With Mac OS X, use Command+Shift+4 or the Grab app to do much the same thing.

3. Use clicks rather than dragging to highlight words.

In Microsoft Word, instead of carefully pointing to your desired word with your cursor and dragging to highlight it, you can simply double-click on it. You can triple-click to highlight a whole paragraph. You can use Ctrl+Backspace to delete a whole word.

4. Use the “Copy as path” option

Say you need to tell a colleague where to find a file in a shared folder. In Windows, to copy the path of a folder (such as M:\Important Stuff\Firm Holiday Schedule.docx), hold down the Shift key and right-click the file or folder that you want and select Copy as path. The path will be copied to your Clipboard, and you can then paste it where you need to. This tip can also come in handy when you’re attaching files to emails or filling in dialog boxes.

5. Use the Windows+L shortcut to lock your computer

All that sensitive data on your computer makes it pretty risky to walk away without shutting things down or locking things up. To lock up without having to go through the Start Menu or logging off entirely, press the Windows logo key plus L.

6. Use Windows+m and the Shake function to minimize items.

Pressing the Windows logo key+m automatically minimizes all open windows on your desktop at once.  Or, if you want to keep just one window open, click on the title bar of that window and “shake” it back and forth. This function will minimize all other open applications and only keep that one application maximized.

7. Use the “Save as PDF” add-in to streamline PDF creation.
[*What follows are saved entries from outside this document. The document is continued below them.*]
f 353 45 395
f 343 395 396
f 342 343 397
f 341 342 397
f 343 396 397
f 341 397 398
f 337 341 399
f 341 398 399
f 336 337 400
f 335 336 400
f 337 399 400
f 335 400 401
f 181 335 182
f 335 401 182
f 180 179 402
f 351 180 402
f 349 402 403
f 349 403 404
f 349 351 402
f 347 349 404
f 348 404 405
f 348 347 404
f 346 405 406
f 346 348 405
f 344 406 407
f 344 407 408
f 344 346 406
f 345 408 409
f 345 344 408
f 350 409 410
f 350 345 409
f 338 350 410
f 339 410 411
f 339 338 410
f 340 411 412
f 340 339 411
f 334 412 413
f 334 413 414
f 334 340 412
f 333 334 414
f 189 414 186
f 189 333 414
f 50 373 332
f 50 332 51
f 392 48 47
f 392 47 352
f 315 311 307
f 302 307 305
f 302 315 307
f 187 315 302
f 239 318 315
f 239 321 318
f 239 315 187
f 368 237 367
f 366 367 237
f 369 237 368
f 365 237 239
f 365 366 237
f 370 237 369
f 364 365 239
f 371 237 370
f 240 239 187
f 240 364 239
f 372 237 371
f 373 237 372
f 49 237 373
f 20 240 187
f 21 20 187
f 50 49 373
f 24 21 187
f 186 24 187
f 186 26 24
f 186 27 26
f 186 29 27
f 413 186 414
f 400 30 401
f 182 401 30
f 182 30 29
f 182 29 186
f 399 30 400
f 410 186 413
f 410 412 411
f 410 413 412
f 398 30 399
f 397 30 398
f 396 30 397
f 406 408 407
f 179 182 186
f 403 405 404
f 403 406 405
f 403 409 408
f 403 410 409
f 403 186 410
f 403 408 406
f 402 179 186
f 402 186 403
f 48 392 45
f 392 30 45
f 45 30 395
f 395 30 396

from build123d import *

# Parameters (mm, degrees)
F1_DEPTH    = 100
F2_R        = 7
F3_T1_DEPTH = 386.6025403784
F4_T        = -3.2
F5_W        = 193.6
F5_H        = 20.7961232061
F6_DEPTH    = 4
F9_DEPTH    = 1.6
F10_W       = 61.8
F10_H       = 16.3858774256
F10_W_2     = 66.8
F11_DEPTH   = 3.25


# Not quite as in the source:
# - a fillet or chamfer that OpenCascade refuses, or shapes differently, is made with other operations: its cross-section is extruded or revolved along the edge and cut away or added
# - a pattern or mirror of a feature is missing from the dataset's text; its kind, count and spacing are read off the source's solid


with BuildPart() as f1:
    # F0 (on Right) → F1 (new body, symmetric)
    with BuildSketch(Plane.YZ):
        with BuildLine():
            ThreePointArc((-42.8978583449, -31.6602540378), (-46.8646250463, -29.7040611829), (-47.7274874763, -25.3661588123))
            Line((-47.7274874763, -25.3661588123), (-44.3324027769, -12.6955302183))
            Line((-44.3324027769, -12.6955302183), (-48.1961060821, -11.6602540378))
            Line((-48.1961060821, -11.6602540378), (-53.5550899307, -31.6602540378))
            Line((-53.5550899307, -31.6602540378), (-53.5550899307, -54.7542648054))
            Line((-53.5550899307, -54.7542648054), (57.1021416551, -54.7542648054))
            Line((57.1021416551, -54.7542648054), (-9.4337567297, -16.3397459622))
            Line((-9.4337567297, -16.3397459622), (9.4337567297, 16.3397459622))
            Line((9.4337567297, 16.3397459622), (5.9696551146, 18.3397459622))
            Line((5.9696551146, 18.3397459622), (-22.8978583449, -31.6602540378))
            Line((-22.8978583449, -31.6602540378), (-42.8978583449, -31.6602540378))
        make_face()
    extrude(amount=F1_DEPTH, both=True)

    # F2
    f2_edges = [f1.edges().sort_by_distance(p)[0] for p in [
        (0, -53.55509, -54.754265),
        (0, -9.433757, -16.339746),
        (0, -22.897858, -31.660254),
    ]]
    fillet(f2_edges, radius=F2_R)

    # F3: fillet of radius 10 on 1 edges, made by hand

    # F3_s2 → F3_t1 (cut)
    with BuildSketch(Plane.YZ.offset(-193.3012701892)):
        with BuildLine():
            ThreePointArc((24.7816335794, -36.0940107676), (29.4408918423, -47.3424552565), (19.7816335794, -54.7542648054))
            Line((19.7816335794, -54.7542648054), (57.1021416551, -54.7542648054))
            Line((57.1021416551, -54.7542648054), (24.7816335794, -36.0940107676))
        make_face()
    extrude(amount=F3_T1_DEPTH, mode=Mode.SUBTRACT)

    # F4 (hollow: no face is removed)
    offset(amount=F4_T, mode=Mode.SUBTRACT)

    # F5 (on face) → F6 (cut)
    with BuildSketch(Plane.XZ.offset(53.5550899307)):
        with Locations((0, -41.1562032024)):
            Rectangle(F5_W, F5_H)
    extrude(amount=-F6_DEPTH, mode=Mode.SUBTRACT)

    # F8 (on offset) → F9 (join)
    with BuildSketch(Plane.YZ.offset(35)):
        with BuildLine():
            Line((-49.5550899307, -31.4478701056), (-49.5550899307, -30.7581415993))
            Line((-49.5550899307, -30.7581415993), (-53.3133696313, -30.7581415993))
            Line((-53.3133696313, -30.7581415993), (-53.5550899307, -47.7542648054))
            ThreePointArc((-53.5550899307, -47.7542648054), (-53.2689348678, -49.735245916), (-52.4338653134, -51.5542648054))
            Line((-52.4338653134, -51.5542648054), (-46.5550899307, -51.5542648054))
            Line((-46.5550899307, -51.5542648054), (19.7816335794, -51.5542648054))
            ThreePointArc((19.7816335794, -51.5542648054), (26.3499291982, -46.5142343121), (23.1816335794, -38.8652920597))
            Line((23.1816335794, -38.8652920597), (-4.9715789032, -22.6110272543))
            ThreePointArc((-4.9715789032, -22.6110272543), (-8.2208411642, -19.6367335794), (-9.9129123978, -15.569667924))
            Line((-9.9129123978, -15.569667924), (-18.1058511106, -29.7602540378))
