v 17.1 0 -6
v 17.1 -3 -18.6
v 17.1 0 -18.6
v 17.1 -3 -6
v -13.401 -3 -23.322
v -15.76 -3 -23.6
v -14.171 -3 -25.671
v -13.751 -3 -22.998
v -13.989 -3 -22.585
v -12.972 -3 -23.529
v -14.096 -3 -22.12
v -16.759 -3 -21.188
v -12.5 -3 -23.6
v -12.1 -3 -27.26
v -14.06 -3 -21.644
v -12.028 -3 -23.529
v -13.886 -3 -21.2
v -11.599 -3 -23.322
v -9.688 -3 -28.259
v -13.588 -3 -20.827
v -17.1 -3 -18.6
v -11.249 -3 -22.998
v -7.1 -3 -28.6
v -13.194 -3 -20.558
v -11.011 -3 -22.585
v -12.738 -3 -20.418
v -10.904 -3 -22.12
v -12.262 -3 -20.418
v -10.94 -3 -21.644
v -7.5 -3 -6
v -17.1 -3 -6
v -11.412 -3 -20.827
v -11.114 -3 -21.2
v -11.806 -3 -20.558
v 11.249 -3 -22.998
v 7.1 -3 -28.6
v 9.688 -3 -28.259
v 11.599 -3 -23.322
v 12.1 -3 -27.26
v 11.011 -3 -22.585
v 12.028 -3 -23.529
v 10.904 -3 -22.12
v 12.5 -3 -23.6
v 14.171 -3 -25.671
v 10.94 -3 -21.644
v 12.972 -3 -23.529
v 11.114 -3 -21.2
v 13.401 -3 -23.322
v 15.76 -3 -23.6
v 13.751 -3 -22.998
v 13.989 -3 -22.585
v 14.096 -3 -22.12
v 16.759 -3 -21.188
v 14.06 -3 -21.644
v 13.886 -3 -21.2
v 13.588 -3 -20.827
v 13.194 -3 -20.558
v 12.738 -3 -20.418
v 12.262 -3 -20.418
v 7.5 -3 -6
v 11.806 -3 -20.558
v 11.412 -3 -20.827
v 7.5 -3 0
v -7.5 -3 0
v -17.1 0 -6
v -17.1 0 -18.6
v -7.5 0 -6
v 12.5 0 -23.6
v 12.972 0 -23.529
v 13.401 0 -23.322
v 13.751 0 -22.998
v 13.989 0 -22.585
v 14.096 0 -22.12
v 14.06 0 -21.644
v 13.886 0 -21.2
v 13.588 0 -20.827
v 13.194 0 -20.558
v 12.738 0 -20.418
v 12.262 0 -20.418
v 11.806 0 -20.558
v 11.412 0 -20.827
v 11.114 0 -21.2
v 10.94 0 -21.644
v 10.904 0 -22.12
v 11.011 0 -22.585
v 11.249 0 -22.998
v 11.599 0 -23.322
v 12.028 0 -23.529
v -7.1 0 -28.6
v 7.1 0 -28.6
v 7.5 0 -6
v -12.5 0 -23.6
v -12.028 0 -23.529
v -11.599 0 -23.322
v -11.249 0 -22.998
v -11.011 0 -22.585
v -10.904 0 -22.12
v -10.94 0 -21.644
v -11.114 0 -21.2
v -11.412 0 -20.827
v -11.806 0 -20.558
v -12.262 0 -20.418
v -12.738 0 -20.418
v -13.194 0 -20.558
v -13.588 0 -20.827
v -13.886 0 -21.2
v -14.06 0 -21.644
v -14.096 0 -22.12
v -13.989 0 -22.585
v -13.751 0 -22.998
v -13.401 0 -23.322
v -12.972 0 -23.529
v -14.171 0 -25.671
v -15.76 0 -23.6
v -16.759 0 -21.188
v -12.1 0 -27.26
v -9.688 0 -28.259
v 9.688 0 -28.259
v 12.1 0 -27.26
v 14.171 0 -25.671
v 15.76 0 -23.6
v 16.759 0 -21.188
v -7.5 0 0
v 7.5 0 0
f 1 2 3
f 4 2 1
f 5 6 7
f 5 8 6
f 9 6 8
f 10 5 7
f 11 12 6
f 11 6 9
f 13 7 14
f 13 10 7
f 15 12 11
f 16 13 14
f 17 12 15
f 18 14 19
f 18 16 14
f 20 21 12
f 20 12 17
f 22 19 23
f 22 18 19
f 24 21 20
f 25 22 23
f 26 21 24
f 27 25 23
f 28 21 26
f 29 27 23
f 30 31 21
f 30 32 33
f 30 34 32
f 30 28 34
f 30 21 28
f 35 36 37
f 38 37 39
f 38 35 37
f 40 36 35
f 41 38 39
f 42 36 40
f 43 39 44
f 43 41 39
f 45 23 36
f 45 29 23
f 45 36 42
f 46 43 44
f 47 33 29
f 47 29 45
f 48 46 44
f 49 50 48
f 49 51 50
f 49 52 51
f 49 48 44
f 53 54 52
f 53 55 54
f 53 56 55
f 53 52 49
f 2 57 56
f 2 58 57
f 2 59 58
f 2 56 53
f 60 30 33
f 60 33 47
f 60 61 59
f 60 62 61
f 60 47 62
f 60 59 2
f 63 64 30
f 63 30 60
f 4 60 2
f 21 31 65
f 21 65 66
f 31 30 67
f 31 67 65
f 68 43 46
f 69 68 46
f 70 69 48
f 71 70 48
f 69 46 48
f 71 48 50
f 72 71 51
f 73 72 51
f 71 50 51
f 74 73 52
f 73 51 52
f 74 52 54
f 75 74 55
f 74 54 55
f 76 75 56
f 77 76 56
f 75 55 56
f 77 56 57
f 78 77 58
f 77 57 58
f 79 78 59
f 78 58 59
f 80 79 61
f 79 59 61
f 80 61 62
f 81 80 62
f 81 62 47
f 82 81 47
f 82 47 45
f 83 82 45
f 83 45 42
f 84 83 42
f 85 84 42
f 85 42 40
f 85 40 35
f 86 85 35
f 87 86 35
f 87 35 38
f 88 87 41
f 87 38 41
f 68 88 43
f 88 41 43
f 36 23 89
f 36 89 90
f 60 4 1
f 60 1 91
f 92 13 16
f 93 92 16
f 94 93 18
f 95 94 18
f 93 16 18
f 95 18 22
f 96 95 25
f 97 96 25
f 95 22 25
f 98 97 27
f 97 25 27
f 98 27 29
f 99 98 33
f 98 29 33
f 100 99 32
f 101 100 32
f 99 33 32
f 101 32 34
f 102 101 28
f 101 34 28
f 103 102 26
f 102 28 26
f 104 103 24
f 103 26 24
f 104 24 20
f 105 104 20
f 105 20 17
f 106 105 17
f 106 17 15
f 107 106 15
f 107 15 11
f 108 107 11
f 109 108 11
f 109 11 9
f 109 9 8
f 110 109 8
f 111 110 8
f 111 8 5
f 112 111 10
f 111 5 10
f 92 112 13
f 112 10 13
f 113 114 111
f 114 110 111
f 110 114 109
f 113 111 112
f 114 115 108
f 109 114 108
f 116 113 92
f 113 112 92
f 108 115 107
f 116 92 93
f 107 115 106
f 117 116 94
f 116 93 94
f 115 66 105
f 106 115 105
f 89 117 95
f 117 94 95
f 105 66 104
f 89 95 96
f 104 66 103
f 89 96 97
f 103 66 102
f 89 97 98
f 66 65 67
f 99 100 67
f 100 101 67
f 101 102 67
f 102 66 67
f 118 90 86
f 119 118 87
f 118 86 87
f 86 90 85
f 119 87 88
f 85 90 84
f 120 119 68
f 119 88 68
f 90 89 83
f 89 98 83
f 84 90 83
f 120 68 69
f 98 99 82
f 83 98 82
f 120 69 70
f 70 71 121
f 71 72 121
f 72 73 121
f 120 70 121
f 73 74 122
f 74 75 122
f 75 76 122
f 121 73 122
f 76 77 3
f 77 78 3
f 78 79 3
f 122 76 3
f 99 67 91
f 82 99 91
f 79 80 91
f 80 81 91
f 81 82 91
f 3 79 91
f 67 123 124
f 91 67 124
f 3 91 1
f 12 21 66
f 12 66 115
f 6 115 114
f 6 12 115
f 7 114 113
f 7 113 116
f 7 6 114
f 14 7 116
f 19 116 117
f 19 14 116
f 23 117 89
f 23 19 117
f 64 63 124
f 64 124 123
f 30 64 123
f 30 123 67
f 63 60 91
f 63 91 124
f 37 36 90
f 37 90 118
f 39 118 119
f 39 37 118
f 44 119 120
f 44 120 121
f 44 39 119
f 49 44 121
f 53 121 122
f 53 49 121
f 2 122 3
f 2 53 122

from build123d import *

# Parameters (mm, degrees)
ESBO_O1_R                = 1.6
RESSALTO_EXTRUS_O1_DEPTH = 3


with BuildPart() as part:
    # Esboço1 → Ressalto-extrusão1 (new body)
    with BuildSketch(Plane.XZ.offset(3)):
        with BuildLine():
            Line((-7.1, -28.6), (7.1, -28.6))
            ThreePointArc((7.1, -28.6), (14.171067812, -25.671067812), (17.1, -18.6))
            Line((17.1, -18.6), (17.1, -6))
            Line((17.1, -6), (7.5, -6))
            Line((7.5, -6), (7.5, 0))
            Line((7.5, 0), (-7.5, 0))
            Line((-7.5, 0), (-7.5, -6))
            Line((-7.5, -6), (-17.1, -6))
            Line((-17.1, -6), (-17.1, -18.6))
            ThreePointArc((-17.1, -18.6), (-14.171067812, -25.671067812), (-7.1, -28.6))
        make_face()
        with Locations(Location((-12.5, -22, 0), (0, 0, 270))):
            Circle(ESBO_O1_R, mode=Mode.SUBTRACT)
        with Locations(Location((12.5, -22, 0), (0, 0, 270))):
            Circle(ESBO_O1_R, mode=Mode.SUBTRACT)
    extrude(amount=-RESSALTO_EXTRUS_O1_DEPTH)


solid = part.part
PDFs are very helpful for sending files to clients or co-workers. Saving a document as a PDF ensures that it will look the same way to them as it does to you, regardless of what software they’re using. This leaves your documents safe, accessible, and secure for the long term. To save documents as PDFs using Microsoft Office applications such as Word or Excel, click File, Save As, and in the Save as type box, choose PDF or XPS from dropdown list. Depending on the version of Word or Excel you are using, you may have the choice to Save as PDF after you click File or on the Microsoft Office button at the top left.

8. Use the Format Painter function to copy formatting.

The Format Painter function allows you to copy formatting from one part of a Word or Excel document and apply it to a separate part of the document, thus sparing you from having to copy different parts of a format one by one. For instance, you can use Format Painter to easily change the size and style of a font and the paragraph size of a passage you have copied from one document into the same format of the document in which you have pasted it. Select the item (font, bullet, paragraph style, etc.) you like the look of, then click on the Home tab, followed by Format Painter. Next, select the item you want to match it. This tip is especially helpful in Excel because it provides you with an easy way to keep the format consistent and uniform. (You can also use the keyboard shortcuts: Ctrl+Shift+c to copy the format, and Ctrl+Shift+v to add the format to the text where you need it.)

9. Search Google, not the website you are interested in

Most websites have search functions, but not all of them are efficient. Using Google to search a particular site for something—and not the website’s own search function—can save time and be much more accurate. Let’s say that you wanted to find out more about Byron Patrick. Type “ Byron” in the Google search bar. That will bring up mentions of him on his company website. Through Google you can easily see a list of sections within the website that you can choose to go to.

Lucinda Harper is a freelance writer based in Durham, N.C.